O poeta há de perdoar-me. Altero a pontuação, sem tirar-lhe forma e sentido no desenho que faço. Só mesmo a alvorada permitirá ver e a alma, o que é, não se mostra, mas se sente.

Me entendes – ou não? - no que desejo e quero? Ou permaneces buscando tão somente o que a visão te mostra?

Prossigo. Vem comigo na viagem que faço.

Ver é bom. Mas, no olhar, há sempre alguma cerração e névoa. Por isso, sentir.

 Foi genial professor de literatura portuguesa quem me ensinou a ver melhor. Ledor de Fernando Pessoa, sempre que falávamos sobre, em demoradas conversas, com ele me sentia a vontade para revelar meu intenso amor por Caeiro, um dos muitos Fernando Pessoa, o mestre. Ele, em acentuado sotaque português, celebrava Álvaro de Campos, seu preferido.

Entre Caeiro e Pessoa, Ricardo Reis e Pessoa, Álvaro de Campos, Pessoa, Fernando Pessoa, a quem não conheci ou conhecera mais do que possas imaginar. Tomara saibas quem é e o tenhas lido. O poeta fingidor. Este mesmo que repetes sem cessar quando desejas provar que tudo vale a pena e afirmas: se a alma não é pequena!

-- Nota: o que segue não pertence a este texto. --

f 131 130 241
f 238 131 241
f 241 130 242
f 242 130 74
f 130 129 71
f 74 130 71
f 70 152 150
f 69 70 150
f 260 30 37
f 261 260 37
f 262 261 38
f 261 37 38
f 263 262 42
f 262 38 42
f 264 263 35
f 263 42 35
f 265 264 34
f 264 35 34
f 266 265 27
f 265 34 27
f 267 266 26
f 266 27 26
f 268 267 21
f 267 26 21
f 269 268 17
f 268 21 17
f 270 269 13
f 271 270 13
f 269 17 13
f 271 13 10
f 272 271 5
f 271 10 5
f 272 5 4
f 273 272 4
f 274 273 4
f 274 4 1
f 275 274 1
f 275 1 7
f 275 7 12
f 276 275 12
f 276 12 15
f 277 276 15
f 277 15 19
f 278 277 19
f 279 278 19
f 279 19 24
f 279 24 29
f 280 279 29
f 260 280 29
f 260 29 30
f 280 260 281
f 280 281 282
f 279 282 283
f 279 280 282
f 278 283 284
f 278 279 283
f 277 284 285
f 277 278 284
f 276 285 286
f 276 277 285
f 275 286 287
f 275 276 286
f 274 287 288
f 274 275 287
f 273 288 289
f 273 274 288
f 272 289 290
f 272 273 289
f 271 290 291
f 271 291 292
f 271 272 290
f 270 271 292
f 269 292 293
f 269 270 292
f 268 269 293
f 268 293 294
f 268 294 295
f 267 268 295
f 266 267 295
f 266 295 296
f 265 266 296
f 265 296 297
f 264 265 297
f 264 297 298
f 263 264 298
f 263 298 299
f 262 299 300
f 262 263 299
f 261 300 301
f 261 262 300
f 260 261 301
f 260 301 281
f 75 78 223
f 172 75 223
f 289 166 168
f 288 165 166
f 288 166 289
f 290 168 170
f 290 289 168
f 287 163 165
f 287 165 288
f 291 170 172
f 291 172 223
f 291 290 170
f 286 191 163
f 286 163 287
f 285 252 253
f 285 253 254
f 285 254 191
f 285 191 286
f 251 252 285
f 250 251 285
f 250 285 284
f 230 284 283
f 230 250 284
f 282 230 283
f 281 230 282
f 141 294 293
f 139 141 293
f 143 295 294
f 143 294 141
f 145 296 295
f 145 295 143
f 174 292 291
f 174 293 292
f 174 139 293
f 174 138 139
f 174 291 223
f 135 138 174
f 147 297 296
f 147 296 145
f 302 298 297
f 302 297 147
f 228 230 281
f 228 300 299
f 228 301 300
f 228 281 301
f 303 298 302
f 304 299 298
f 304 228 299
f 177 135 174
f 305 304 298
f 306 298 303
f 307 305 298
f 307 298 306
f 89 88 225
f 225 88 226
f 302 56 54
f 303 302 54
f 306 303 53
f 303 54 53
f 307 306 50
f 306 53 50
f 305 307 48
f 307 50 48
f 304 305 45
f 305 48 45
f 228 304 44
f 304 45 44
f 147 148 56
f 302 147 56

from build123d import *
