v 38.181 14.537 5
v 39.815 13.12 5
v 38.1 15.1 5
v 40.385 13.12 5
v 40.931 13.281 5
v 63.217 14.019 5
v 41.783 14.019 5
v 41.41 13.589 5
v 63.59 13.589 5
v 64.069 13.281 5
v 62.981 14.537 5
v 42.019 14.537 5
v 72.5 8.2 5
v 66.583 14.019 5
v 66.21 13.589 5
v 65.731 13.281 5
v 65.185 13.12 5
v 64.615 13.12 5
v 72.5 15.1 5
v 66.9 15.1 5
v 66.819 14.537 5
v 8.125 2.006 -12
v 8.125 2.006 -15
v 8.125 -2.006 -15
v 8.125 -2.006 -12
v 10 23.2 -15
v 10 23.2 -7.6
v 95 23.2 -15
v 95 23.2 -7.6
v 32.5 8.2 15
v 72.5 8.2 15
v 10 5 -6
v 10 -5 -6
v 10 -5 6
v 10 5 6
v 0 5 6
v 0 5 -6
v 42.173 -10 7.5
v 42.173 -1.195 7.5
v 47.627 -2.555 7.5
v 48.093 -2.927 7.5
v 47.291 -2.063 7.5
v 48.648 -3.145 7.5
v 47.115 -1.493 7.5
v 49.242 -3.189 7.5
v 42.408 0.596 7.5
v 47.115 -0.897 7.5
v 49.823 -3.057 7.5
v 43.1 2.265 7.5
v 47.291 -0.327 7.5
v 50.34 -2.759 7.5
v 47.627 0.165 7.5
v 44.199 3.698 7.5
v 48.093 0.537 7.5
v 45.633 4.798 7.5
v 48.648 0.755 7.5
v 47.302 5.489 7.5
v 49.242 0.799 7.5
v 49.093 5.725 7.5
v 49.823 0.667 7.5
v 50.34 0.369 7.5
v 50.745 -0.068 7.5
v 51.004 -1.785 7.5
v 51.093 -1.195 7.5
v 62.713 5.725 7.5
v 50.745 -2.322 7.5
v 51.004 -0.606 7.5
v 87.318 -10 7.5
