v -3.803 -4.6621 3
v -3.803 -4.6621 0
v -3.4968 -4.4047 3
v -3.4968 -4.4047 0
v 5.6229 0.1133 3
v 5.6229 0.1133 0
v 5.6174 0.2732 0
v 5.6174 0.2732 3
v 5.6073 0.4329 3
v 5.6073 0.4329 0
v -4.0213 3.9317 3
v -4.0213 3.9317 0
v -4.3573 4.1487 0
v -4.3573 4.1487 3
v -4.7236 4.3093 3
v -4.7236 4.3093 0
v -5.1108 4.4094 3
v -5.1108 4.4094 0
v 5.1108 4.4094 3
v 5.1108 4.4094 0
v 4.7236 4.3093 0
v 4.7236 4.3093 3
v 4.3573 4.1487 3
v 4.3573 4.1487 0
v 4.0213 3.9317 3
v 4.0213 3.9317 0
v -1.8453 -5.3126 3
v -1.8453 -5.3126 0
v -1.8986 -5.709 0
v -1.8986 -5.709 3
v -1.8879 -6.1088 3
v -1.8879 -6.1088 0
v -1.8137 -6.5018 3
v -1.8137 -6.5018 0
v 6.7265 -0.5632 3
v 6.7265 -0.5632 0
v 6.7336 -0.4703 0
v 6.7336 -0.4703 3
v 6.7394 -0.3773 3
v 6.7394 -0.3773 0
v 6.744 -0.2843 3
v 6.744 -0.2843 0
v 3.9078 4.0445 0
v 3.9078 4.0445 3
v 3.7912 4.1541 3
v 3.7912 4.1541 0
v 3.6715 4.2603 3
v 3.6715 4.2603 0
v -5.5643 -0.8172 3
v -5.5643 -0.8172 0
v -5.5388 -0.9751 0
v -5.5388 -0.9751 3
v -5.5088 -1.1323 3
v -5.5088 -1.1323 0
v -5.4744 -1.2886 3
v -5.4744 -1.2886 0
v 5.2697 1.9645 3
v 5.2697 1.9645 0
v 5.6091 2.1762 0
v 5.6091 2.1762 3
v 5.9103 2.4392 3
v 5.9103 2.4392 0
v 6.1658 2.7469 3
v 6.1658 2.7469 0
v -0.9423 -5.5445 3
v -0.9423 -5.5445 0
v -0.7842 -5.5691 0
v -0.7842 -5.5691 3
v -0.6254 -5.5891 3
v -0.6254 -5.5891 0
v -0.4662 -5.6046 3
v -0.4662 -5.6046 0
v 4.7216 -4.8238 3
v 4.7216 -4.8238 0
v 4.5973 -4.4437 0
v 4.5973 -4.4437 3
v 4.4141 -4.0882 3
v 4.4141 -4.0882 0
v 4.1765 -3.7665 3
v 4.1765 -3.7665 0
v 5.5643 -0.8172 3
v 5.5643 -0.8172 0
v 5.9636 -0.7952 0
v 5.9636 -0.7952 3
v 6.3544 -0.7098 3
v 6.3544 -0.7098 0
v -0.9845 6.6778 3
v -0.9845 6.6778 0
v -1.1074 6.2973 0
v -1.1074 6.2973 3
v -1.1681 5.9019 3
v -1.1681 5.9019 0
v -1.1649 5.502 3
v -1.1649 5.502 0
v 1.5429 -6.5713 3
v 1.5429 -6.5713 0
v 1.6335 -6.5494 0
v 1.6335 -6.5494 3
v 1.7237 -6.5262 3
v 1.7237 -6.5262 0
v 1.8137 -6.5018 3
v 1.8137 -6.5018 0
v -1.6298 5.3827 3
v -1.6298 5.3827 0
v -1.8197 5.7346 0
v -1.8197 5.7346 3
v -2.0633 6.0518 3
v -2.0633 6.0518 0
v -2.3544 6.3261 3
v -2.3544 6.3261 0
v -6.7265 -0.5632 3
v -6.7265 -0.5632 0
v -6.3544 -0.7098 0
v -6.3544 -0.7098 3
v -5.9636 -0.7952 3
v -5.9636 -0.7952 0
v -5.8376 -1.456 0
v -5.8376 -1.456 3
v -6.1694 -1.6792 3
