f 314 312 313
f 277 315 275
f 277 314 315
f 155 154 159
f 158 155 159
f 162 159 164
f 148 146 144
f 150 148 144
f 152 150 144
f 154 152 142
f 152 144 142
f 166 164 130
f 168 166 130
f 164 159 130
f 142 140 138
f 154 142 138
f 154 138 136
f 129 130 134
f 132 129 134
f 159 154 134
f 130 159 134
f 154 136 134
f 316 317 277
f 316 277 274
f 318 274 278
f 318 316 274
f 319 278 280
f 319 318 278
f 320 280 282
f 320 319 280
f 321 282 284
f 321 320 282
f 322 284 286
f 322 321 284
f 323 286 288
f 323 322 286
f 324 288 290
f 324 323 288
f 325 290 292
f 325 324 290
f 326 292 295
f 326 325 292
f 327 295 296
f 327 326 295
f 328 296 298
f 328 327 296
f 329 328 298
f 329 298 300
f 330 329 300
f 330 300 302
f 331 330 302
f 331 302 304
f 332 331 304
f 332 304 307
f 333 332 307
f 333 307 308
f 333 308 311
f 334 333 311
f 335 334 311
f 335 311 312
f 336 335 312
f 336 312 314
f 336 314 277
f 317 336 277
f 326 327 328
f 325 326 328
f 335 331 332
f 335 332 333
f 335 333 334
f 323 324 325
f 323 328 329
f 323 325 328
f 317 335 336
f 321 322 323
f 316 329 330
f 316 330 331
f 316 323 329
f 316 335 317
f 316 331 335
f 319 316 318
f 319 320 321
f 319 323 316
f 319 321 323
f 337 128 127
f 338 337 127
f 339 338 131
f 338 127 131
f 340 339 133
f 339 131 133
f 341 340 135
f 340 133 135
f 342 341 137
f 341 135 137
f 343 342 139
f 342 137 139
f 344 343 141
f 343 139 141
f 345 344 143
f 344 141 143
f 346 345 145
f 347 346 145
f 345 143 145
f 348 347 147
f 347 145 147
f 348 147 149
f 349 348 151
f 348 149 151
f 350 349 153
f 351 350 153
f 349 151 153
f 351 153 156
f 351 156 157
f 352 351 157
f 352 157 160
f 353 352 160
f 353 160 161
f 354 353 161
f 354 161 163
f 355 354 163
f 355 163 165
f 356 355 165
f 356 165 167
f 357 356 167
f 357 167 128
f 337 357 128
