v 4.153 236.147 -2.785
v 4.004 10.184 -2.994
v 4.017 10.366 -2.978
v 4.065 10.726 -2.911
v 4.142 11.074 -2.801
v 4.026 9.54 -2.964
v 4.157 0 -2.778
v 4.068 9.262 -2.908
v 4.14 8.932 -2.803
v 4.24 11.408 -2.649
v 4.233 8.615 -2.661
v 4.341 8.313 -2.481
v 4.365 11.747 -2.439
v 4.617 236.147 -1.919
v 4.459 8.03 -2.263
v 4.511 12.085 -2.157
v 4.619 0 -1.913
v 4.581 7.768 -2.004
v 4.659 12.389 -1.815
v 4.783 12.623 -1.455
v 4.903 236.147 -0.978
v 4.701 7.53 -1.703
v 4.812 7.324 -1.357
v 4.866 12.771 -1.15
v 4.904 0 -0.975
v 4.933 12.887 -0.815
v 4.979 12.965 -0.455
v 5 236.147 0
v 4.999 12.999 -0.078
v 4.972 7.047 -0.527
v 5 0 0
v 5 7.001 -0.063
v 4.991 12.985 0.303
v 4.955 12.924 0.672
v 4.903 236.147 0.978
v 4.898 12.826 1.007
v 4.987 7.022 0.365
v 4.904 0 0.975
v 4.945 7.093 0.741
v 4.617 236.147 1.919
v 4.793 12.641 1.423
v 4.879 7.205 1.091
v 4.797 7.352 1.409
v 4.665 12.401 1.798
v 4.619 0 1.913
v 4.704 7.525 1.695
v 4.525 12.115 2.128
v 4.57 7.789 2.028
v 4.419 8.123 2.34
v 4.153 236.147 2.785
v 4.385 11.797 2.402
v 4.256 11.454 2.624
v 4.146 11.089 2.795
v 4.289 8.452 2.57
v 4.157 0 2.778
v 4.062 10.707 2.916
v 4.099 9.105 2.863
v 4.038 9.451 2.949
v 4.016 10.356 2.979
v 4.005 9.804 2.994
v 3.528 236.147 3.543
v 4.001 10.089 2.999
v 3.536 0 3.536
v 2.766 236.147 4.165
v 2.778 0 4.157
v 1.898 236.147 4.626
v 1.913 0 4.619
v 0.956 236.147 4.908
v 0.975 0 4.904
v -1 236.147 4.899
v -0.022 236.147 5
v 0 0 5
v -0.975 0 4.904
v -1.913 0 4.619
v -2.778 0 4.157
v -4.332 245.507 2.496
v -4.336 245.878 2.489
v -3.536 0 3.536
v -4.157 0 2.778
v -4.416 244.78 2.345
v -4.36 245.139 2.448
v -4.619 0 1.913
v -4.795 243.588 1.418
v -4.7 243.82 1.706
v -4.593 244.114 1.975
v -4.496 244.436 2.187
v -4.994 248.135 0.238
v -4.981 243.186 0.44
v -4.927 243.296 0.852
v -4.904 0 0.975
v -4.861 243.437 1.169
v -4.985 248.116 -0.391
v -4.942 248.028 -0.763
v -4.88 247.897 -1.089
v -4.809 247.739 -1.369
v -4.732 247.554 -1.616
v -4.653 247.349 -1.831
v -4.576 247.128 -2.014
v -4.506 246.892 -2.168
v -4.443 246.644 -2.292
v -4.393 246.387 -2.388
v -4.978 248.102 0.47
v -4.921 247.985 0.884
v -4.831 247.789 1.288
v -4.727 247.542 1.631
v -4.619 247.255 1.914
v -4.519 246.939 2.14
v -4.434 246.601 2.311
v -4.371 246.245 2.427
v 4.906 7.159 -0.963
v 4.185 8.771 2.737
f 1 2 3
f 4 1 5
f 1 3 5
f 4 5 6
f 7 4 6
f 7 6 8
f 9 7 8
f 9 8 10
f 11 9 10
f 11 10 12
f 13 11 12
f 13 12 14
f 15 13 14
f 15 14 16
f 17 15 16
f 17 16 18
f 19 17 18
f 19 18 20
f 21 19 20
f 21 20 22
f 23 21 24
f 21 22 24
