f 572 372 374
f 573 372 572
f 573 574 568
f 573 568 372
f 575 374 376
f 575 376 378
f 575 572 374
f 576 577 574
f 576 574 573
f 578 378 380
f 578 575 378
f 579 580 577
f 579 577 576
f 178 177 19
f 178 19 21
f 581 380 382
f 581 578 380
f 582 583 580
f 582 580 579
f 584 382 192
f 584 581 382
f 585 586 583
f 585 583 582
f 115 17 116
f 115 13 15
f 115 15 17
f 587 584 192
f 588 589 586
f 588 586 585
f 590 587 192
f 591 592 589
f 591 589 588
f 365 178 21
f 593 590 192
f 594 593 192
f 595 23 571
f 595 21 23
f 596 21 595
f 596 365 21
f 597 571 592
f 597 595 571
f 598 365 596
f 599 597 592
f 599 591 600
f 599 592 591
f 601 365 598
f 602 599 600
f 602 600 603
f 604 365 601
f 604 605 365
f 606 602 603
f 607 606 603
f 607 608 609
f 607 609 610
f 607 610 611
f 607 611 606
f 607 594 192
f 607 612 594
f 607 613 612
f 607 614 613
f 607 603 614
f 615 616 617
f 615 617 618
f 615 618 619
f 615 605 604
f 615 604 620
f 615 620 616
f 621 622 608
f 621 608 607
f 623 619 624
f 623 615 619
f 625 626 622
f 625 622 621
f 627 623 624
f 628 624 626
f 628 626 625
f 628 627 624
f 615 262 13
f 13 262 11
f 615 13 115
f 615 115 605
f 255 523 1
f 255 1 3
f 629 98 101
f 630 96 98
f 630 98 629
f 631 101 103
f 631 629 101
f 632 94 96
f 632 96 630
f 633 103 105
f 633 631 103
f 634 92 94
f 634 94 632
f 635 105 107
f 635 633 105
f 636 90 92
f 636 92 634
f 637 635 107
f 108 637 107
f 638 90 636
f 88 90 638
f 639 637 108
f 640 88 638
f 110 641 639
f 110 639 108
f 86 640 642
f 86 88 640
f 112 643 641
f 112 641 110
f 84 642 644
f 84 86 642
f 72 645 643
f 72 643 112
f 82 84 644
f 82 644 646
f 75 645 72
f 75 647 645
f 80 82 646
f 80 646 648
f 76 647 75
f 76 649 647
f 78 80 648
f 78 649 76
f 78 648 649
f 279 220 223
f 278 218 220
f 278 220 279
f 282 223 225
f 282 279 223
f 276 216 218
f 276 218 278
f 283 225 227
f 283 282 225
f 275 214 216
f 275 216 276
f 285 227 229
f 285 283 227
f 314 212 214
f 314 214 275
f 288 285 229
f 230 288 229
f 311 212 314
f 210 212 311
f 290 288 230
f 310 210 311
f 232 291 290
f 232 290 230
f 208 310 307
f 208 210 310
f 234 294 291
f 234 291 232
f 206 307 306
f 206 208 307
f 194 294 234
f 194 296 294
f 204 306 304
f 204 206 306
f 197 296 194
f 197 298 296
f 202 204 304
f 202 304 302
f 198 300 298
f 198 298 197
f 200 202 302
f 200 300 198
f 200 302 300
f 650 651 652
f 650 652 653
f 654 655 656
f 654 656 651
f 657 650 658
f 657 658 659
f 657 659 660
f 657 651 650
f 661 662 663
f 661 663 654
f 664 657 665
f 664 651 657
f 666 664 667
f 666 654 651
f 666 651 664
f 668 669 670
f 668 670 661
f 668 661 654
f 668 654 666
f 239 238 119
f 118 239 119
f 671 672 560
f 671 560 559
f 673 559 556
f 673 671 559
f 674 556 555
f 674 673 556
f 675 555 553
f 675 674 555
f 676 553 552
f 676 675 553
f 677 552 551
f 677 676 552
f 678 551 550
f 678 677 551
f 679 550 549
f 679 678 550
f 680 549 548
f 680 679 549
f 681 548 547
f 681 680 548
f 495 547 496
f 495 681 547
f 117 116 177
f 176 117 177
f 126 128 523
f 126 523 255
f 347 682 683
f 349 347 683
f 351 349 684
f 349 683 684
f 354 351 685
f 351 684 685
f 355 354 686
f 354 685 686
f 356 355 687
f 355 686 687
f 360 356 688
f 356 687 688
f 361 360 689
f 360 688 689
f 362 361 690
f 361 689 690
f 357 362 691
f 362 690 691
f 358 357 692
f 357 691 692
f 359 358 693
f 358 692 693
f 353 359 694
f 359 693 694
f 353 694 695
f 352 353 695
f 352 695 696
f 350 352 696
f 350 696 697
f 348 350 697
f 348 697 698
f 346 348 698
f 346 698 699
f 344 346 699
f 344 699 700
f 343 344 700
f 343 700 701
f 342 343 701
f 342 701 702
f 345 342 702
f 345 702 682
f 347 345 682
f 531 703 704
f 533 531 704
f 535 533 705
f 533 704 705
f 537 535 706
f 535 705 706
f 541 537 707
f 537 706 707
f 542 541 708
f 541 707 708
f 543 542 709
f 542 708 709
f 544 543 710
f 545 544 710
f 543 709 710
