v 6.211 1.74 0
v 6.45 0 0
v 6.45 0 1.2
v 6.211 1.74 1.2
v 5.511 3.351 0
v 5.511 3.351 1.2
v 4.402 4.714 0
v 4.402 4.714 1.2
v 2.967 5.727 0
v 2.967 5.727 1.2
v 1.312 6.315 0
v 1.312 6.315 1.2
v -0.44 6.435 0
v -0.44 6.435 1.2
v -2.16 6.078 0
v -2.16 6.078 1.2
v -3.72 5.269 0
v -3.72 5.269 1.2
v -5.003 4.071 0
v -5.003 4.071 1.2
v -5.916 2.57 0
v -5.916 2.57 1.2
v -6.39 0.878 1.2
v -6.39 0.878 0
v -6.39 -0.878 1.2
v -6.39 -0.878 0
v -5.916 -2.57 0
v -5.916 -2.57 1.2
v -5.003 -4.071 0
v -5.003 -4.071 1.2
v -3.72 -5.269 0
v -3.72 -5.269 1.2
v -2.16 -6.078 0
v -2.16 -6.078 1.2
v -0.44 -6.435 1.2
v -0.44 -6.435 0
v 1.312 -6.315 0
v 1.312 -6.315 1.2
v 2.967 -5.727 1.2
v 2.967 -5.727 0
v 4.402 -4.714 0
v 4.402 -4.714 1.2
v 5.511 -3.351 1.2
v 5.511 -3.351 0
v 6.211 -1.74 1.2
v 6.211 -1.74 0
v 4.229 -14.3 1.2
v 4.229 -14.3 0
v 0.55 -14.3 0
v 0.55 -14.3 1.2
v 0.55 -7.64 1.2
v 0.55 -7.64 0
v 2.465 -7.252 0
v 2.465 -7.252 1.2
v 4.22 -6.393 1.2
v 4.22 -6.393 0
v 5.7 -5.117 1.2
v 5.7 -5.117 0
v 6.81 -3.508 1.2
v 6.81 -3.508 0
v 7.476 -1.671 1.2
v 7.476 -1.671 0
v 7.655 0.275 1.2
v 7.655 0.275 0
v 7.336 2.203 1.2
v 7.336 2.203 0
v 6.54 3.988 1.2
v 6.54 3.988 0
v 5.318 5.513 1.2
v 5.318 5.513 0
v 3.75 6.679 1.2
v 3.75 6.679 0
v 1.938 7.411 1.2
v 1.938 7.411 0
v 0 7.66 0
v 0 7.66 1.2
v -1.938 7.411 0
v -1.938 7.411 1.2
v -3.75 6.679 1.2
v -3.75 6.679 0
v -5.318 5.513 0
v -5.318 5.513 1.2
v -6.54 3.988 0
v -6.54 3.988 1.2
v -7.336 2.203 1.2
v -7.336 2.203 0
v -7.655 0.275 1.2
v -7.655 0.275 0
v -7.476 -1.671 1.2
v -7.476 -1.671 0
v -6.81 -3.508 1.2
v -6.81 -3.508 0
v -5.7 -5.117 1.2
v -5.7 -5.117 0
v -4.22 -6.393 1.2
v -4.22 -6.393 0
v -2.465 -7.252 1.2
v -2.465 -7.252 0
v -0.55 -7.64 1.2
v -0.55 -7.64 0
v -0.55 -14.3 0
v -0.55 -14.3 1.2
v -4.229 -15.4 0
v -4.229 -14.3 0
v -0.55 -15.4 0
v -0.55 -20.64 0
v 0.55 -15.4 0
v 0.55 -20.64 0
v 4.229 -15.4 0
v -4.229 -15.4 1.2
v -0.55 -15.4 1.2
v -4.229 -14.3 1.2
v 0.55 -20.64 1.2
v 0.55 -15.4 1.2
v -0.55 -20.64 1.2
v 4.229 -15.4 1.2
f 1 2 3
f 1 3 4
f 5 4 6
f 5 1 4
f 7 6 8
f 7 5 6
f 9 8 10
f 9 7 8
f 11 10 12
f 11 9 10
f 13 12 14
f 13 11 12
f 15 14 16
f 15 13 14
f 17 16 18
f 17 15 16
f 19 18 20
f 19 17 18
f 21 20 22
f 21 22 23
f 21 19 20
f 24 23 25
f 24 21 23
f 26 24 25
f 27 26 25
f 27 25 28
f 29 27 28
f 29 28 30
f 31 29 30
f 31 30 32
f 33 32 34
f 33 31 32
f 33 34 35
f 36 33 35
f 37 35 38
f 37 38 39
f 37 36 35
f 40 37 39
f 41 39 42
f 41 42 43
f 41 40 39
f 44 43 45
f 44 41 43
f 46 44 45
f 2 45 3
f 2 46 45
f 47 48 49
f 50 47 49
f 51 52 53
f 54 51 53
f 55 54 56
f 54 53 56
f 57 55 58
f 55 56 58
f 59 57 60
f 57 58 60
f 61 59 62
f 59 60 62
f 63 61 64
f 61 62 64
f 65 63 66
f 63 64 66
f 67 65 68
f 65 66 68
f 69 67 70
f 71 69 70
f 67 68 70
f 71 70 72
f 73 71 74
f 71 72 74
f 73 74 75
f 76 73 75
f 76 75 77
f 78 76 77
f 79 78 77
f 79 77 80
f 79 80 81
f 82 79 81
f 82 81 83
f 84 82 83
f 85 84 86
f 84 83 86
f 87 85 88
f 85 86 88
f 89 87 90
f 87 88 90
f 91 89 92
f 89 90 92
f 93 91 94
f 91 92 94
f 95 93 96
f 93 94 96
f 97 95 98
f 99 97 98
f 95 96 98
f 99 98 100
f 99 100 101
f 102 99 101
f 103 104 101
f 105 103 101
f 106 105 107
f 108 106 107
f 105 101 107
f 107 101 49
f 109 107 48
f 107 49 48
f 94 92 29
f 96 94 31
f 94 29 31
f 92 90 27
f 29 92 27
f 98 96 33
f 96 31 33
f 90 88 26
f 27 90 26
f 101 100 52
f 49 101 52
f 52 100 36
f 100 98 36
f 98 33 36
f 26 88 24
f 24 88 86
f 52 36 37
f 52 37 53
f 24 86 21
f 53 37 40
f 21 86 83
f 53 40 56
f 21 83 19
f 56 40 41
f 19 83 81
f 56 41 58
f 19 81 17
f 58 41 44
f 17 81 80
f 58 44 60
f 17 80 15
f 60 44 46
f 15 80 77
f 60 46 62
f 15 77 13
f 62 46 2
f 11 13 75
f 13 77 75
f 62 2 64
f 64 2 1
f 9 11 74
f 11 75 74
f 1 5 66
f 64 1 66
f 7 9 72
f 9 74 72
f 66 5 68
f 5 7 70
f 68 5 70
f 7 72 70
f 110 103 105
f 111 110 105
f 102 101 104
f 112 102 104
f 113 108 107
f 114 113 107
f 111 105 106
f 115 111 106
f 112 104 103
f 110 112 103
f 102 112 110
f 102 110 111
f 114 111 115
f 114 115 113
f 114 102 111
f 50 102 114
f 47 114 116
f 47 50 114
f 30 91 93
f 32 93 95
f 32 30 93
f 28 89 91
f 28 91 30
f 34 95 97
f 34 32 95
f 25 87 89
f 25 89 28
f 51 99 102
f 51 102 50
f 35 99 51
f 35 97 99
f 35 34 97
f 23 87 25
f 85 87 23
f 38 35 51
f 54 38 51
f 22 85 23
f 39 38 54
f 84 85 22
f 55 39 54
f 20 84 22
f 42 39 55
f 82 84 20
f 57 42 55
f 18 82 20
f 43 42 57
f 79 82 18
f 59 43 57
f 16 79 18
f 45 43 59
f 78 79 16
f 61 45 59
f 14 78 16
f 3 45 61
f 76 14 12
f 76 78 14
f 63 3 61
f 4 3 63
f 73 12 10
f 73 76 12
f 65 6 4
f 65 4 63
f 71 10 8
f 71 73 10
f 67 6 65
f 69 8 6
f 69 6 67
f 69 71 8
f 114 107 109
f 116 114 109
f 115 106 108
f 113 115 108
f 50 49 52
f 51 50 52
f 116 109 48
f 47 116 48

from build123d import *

# Parameters (mm, degrees)
F0_R     = 6.45
F1_DEPTH = 1.2


with BuildPart() as f1:
    # F0 (on Top) → F1 (new body)
    with BuildSketch(Plane.XY):
        with BuildLine():
            Line((0.55, -14.300229), (0.55, -7.640229))
            ThreePointArc((0.55, -7.640229), (0, 7.66), (-0.55, -7.640229))
            Line((-0.55, -7.640229), (-0.55, -14.300229))
            Line((-0.55, -14.300229), (-4.229019, -14.300229))
            Line((-4.229019, -14.300229), (-4.229019, -15.400229))
            Line((-4.229019, -15.400229), (-0.55, -15.400229))
            Line((-0.55, -15.400229), (-0.55, -20.640229))
            Line((-0.55, -20.640229), (0.55, -20.640229))
            Line((0.55, -20.640229), (0.55, -15.400229))
            Line((0.55, -15.400229), (4.229019, -15.400229))
            Line((4.229019, -15.400229), (4.229019, -14.300229))
            Line((4.229019, -14.300229), (0.55, -14.300229))
        make_face()
        Circle(F0_R, mode=Mode.SUBTRACT)
    extrude(amount=F1_DEPTH)


solid = f1.part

Dia destes, ao chegar ao edifício onde vivo descobri, no escaninho entre paredes, surpresa boa à espera. Se sei a razão disto? De que importa? Sei o que senti. Me basta!

À entrada, num recanto, em lugar a mim reservado, pacote, com bilhete, garantindo-me presente rico e inesperado. Em texto bem escrito, a razão do gesto. O que agrada viceja mais na alma que no coração, sobretudo quando o gesto faz lembrar vida que persiste, mesmo na ausência, em igual, permanente e vibrante emoção.

No pacote, herança que jamais supus merecer. O Poeta Fingidor, edição primorosa, e A poesia completa de Alberto Caeiro, para mim o mestre querido, “coração do meu corpo intelectual e inteiro”.

Bilhete lido, pacote aberto, riqueza exposta. Jamais sonhara herança igual autenticada em testamento assinado por dona Cibele, dando-me direito sucessor e justificando em texto emocionado a razão disto.

Cibele Leitão, viúva de Manoel Correia Leitão, meu saudoso mestre, com quem descobri muitos dos escritores portugueses que conheço. De sua invejável biblioteca, dentre tantas obras, estas. Já as tinha em diferentes edições. Lidas e relidas. Estas, no entanto, com uma e outra quase invisível anotação dele, vieram ter comigo, ensinando-me a ser mais e melhor.

A memória repassa estes encontros. Estudante, eu entre tantos. O mestre, ele, singular, único. Eu, sol em declínio, deixo de lado o peso da vida, as dores, a expectativa do fim e estanco o tempo. Quero estar mais neste momento.